### Activity
In the entries below, find the line with "#140=EDGE_CURVE('',#133,#91,#139,.T.);" and the line with "#200=ORIENTED_EDGE('',*,*,#199,.F.);". Return those two lines and all lines between them, exactly.

### Data section
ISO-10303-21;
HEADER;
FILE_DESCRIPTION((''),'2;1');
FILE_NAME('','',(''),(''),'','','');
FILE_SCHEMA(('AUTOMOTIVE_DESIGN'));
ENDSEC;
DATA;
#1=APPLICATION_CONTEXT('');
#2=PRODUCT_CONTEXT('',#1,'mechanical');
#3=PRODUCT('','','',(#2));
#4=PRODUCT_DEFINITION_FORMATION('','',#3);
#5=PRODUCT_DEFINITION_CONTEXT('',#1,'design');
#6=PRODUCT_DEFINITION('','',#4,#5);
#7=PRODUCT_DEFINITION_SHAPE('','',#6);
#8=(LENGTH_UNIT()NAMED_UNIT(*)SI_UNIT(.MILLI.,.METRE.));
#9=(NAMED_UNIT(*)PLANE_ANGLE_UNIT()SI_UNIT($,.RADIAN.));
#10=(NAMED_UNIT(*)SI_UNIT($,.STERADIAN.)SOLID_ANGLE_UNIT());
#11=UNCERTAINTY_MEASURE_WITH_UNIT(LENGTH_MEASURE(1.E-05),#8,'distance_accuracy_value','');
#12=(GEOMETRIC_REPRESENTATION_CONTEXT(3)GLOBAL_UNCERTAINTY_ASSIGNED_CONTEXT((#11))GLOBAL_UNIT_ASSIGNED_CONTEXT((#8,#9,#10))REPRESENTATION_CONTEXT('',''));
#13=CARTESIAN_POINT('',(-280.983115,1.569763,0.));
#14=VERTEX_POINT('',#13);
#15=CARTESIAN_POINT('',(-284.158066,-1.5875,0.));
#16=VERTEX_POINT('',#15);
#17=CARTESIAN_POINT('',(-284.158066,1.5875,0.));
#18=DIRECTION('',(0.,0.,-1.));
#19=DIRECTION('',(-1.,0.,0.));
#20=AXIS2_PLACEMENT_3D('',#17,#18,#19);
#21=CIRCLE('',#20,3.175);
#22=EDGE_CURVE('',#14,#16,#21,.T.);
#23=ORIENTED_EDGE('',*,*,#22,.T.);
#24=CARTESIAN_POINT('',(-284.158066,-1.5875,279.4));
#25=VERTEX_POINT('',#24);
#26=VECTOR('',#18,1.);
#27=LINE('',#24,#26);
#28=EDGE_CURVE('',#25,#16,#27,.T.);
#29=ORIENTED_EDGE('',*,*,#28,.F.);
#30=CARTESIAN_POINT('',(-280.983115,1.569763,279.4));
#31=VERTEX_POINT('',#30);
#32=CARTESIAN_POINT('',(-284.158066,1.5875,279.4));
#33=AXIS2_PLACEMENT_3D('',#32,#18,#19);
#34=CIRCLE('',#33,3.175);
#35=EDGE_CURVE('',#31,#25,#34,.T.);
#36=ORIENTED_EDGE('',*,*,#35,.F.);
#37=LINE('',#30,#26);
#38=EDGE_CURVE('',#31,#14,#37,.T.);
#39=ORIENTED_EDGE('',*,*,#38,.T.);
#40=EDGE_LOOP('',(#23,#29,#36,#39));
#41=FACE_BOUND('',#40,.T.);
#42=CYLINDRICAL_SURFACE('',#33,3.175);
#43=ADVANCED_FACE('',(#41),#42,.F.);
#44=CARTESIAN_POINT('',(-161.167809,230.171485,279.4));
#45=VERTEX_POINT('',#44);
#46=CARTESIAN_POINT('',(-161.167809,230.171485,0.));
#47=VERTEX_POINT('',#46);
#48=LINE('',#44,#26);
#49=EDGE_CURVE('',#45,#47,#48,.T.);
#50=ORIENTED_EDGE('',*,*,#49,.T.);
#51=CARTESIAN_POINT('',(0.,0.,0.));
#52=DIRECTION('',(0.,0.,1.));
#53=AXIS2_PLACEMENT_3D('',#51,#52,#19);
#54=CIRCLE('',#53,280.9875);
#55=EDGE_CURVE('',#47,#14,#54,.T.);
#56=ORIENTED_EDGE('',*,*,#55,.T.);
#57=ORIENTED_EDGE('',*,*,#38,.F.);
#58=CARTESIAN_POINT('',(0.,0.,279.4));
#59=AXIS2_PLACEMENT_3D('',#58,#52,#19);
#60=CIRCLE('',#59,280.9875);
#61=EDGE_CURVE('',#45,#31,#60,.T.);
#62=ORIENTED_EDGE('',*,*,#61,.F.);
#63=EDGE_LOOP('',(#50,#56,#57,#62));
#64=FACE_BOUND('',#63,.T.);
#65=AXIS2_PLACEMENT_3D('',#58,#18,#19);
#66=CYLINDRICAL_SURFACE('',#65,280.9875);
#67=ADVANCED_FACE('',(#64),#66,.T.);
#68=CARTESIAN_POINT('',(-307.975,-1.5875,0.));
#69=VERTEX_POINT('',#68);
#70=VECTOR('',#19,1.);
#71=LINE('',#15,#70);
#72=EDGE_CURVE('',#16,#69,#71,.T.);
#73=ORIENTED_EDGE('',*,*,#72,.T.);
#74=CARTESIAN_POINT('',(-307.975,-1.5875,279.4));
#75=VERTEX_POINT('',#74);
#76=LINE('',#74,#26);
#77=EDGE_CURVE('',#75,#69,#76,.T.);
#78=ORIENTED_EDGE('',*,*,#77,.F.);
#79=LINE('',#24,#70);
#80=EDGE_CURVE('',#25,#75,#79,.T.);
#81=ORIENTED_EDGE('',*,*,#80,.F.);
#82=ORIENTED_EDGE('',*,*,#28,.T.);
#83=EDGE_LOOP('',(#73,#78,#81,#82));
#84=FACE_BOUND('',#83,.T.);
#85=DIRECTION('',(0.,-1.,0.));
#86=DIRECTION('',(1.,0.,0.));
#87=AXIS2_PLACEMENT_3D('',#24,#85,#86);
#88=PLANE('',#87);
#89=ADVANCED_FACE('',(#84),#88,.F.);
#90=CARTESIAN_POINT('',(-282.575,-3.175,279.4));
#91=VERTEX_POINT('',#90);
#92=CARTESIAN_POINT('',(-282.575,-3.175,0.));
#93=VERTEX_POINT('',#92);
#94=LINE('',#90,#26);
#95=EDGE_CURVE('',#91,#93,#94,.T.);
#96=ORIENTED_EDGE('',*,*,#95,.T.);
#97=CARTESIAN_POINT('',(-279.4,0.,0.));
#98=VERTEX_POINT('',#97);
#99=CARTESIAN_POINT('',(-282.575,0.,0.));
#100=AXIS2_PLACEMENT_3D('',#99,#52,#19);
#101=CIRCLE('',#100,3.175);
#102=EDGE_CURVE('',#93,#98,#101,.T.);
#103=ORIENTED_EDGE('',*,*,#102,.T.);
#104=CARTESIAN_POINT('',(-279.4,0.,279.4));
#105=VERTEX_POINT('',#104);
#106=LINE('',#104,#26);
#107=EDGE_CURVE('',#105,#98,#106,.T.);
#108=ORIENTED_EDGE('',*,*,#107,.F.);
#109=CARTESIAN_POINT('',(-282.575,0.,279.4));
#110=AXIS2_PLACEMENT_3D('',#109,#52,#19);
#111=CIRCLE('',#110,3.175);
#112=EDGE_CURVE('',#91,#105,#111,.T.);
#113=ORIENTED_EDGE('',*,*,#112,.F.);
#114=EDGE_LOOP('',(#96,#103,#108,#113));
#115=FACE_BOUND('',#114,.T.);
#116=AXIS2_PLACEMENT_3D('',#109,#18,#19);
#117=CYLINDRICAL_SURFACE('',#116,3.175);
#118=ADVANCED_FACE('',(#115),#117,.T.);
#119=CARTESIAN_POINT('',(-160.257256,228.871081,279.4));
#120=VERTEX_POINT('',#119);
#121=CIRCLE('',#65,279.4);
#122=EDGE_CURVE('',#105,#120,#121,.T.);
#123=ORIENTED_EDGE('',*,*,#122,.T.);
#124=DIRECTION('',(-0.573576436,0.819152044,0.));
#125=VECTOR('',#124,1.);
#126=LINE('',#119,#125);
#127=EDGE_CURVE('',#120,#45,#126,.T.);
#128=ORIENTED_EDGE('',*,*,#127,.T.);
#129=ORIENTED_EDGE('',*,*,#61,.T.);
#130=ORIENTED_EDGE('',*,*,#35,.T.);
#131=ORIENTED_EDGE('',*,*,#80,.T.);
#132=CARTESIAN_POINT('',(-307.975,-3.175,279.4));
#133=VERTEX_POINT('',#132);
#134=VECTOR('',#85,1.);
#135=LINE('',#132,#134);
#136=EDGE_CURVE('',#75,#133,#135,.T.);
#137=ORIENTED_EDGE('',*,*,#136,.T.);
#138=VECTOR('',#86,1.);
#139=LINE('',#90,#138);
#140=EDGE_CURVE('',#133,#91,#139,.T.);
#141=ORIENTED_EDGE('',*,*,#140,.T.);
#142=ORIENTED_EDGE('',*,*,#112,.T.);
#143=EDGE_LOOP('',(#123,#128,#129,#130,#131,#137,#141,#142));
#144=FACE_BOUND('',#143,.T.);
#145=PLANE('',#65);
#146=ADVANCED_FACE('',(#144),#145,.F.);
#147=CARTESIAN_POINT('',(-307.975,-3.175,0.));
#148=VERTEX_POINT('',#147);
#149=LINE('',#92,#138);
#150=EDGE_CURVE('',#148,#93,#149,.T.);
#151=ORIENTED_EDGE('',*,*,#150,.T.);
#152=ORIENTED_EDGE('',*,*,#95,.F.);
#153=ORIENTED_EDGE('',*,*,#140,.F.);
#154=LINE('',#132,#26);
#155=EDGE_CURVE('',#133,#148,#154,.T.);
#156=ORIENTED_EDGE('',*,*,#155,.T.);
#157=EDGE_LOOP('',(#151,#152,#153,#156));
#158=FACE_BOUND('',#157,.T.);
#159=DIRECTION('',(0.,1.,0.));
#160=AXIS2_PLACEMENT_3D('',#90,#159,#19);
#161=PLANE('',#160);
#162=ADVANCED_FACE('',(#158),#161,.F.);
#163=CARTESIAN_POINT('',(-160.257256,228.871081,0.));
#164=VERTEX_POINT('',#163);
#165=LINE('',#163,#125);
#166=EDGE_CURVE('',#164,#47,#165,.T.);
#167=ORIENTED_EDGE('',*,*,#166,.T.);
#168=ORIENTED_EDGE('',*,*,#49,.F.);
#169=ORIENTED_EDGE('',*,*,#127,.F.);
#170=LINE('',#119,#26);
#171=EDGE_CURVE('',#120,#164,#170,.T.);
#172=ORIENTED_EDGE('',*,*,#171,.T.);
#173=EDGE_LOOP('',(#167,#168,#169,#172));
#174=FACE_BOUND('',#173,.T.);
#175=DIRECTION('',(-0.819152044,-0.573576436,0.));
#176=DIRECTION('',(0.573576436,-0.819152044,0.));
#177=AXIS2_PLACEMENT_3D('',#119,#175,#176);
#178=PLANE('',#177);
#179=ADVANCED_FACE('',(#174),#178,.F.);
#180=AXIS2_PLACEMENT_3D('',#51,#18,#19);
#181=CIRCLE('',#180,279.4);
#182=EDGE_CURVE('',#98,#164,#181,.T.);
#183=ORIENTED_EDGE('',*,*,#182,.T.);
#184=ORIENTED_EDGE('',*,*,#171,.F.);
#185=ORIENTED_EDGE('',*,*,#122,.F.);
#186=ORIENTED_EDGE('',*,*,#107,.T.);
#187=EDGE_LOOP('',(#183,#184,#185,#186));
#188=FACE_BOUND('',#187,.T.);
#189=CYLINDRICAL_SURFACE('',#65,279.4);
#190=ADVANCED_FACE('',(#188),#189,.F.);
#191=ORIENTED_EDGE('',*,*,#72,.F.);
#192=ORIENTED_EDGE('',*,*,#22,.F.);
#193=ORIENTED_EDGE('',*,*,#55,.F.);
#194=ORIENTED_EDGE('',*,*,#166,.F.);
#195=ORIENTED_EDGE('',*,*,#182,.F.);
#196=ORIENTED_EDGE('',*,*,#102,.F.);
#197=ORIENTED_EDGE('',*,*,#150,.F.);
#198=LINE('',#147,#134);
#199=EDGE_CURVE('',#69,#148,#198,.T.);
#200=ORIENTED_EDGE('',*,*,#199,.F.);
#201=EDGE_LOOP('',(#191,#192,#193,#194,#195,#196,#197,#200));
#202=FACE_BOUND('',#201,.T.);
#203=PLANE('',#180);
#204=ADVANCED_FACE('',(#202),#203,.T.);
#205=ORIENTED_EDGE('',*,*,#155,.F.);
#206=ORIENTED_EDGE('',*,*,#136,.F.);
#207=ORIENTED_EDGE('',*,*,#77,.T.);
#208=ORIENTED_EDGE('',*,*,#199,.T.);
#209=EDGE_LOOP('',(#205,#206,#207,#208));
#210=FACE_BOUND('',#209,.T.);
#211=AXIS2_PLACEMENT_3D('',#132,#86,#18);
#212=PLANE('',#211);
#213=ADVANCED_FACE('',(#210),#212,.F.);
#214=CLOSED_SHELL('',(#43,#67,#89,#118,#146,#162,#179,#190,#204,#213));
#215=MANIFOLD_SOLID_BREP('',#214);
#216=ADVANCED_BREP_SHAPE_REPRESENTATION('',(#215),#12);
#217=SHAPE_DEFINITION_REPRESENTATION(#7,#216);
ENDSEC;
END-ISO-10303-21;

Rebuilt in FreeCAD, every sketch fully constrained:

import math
import FreeCAD as App
import Part
import Sketcher
Q = App.Units.Quantity

doc = App.newDocument("Part")
params = doc.addObject("Spreadsheet::Sheet", "Params")
for row, (alias, value) in enumerate([
    ("sketch1_radius", "11 in"),
    ("sketch1_width", "1 in"),
    ("sketch1_radius2", "0.125 in"),
    ("sketch1_radius3", "11.0625 in"),
    ("sketch1_height", "0.0625 in"),
    ("pad1_length", "11 in"),
], start=1):
    params.set(f"A{row}", alias)
    params.set(f"B{row}", "=" + value)
    params.setAlias(f"B{row}", alias)

body = doc.addObject("PartDesign::Body", "Body")

sketch1 = body.newObject("Sketcher::SketchObject", "Sketch")
sketch1.AttachmentSupport = (doc.getObject("XY_Plane"), [""])
sketch1.MapMode = "FlatFace"
sketch1.addGeometry([
    Part.LineSegment(App.Vector(-284.158066, -1.5875, 0), App.Vector(-307.975, -1.5875, 0)),
    Part.LineSegment(App.Vector(-307.975, -1.5875, 0), App.Vector(-307.975, -3.175, 0)),
    Part.LineSegment(App.Vector(-307.975, -3.175, 0), App.Vector(-282.575, -3.175, 0)),
    Part.ArcOfCircle(Part.Circle(App.Vector(-282.575, 0, 0), App.Vector(0, 0, 1), 3.175), math.radians(-90), math.radians(0)),
    Part.ArcOfCircle(Part.Circle(App.Vector(0, 0, 0), App.Vector(0, 0, 1), 279.4), math.radians(125), math.radians(180)),
    Part.LineSegment(App.Vector(-160.257256, 228.871081, 0), App.Vector(-161.167809, 230.171485, 0)),
    Part.ArcOfCircle(Part.Circle(App.Vector(0, 0, 0), App.Vector(0, 0, 1), 280.9875), math.radians(125), math.radians(179.67991)),
    Part.ArcOfCircle(Part.Circle(App.Vector(-284.158066, 1.5875, 0), App.Vector(0, 0, 1), 3.175), math.radians(-90), math.radians(-0.32009)),
], False)
sketch1.addConstraint([
    Sketcher.Constraint("Coincident", 0, 2, 1, 1),
    Sketcher.Constraint("Coincident", 1, 2, 2, 1),
    Sketcher.Constraint("Tangent", 2, 2, 3, 1),
    Sketcher.Constraint("Tangent", 3, 2, 4, 2),
    Sketcher.Constraint("Coincident", 4, 1, 5, 1),
    Sketcher.Constraint("Coincident", 5, 2, 6, 1),
    Sketcher.Constraint("Tangent", 6, 2, 7, 2),
    Sketcher.Constraint("Tangent", 7, 1, 0, 1),
    Sketcher.Constraint("Horizontal", 0),
    Sketcher.Constraint("Vertical", 1),
    Sketcher.Constraint("Horizontal", 2),
    Sketcher.Constraint("Coincident", 4, 3, -1, 1),
    Sketcher.Constraint("Coincident", 6, 3, -1, 1),
    Sketcher.Constraint("Equal", 3, 7),
    Sketcher.Constraint("PointOnObject", 3, 3, -1),
    Sketcher.Constraint("Radius", 4, Q("11 in")),
    Sketcher.Constraint("DistanceX", 2, 1, 2, 2, Q("1 in")),
    Sketcher.Constraint("Angle", 5, Q("125 deg")),
    Sketcher.Constraint("Radius", 3, Q("0.125 in")),
    Sketcher.Constraint("Radius", 6, Q("11.0625 in")),
    Sketcher.Constraint("DistanceY", 1, 2, 1, 1, Q("0.0625 in")),
    Sketcher.Constraint("DistanceY", -1, 1, 4, 1, 228.871081),
])
sketch1.setExpression("Constraints[15]", "Params.sketch1_radius")
sketch1.setExpression("Constraints[16]", "Params.sketch1_width")
sketch1.setExpression("Constraints[18]", "Params.sketch1_radius2")
sketch1.setExpression("Constraints[19]", "Params.sketch1_radius3")
sketch1.setExpression("Constraints[20]", "Params.sketch1_height")
pad1 = body.newObject("PartDesign::Pad", "Pad")
pad1.Profile = sketch1
pad1.setExpression("Length", "Params.pad1_length")

doc.recompute()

### Answer space
#140=EDGE_CURVE('',#133,#91,#139,.T.);
#141=ORIENTED_EDGE('',*,*,#140,.T.);
#142=ORIENTED_EDGE('',*,*,#112,.T.);
#143=EDGE_LOOP('',(#123,#128,#129,#130,#131,#137,#141,#142));
#144=FACE_BOUND('',#143,.T.);
#145=PLANE('',#65);
#146=ADVANCED_FACE('',(#144),#145,.F.);
#147=CARTESIAN_POINT('',(-307.975,-3.175,0.));
#148=VERTEX_POINT('',#147);
#149=LINE('',#92,#138);
#150=EDGE_CURVE('',#148,#93,#149,.T.);
#151=ORIENTED_EDGE('',*,*,#150,.T.);
#152=ORIENTED_EDGE('',*,*,#95,.F.);
#153=ORIENTED_EDGE('',*,*,#140,.F.);
#154=LINE('',#132,#26);
#155=EDGE_CURVE('',#133,#148,#154,.T.);
#156=ORIENTED_EDGE('',*,*,#155,.T.);
#157=EDGE_LOOP('',(#151,#152,#153,#156));
#158=FACE_BOUND('',#157,.T.);
#159=DIRECTION('',(0.,1.,0.));
#160=AXIS2_PLACEMENT_3D('',#90,#159,#19);
#161=PLANE('',#160);
#162=ADVANCED_FACE('',(#158),#161,.F.);
#163=CARTESIAN_POINT('',(-160.257256,228.871081,0.));
#164=VERTEX_POINT('',#163);
#165=LINE('',#163,#125);
#166=EDGE_CURVE('',#164,#47,#165,.T.);
#167=ORIENTED_EDGE('',*,*,#166,.T.);
#168=ORIENTED_EDGE('',*,*,#49,.F.);
#169=ORIENTED_EDGE('',*,*,#127,.F.);
#170=LINE('',#119,#26);
#171=EDGE_CURVE('',#120,#164,#170,.T.);
#172=ORIENTED_EDGE('',*,*,#171,.T.);
#173=EDGE_LOOP('',(#167,#168,#169,#172));
#174=FACE_BOUND('',#173,.T.);
#175=DIRECTION('',(-0.819152044,-0.573576436,0.));
#176=DIRECTION('',(0.573576436,-0.819152044,0.));
#177=AXIS2_PLACEMENT_3D('',#119,#175,#176);
#178=PLANE('',#177);
#179=ADVANCED_FACE('',(#174),#178,.F.);
#180=AXIS2_PLACEMENT_3D('',#51,#18,#19);
#181=CIRCLE('',#180,279.4);
#182=EDGE_CURVE('',#98,#164,#181,.T.);
#183=ORIENTED_EDGE('',*,*,#182,.T.);
#184=ORIENTED_EDGE('',*,*,#171,.F.);
#185=ORIENTED_EDGE('',*,*,#122,.F.);
#186=ORIENTED_EDGE('',*,*,#107,.T.);
#187=EDGE_LOOP('',(#183,#184,#185,#186));
#188=FACE_BOUND('',#187,.T.);
#189=CYLINDRICAL_SURFACE('',#65,279.4);
#190=ADVANCED_FACE('',(#188),#189,.F.);
#191=ORIENTED_EDGE('',*,*,#72,.F.);
#192=ORIENTED_EDGE('',*,*,#22,.F.);
#193=ORIENTED_EDGE('',*,*,#55,.F.);
#194=ORIENTED_EDGE('',*,*,#166,.F.);
#195=ORIENTED_EDGE('',*,*,#182,.F.);
#196=ORIENTED_EDGE('',*,*,#102,.F.);
#197=ORIENTED_EDGE('',*,*,#150,.F.);
#198=LINE('',#147,#134);
#199=EDGE_CURVE('',#69,#148,#198,.T.);
#200=ORIENTED_EDGE('',*,*,#199,.F.);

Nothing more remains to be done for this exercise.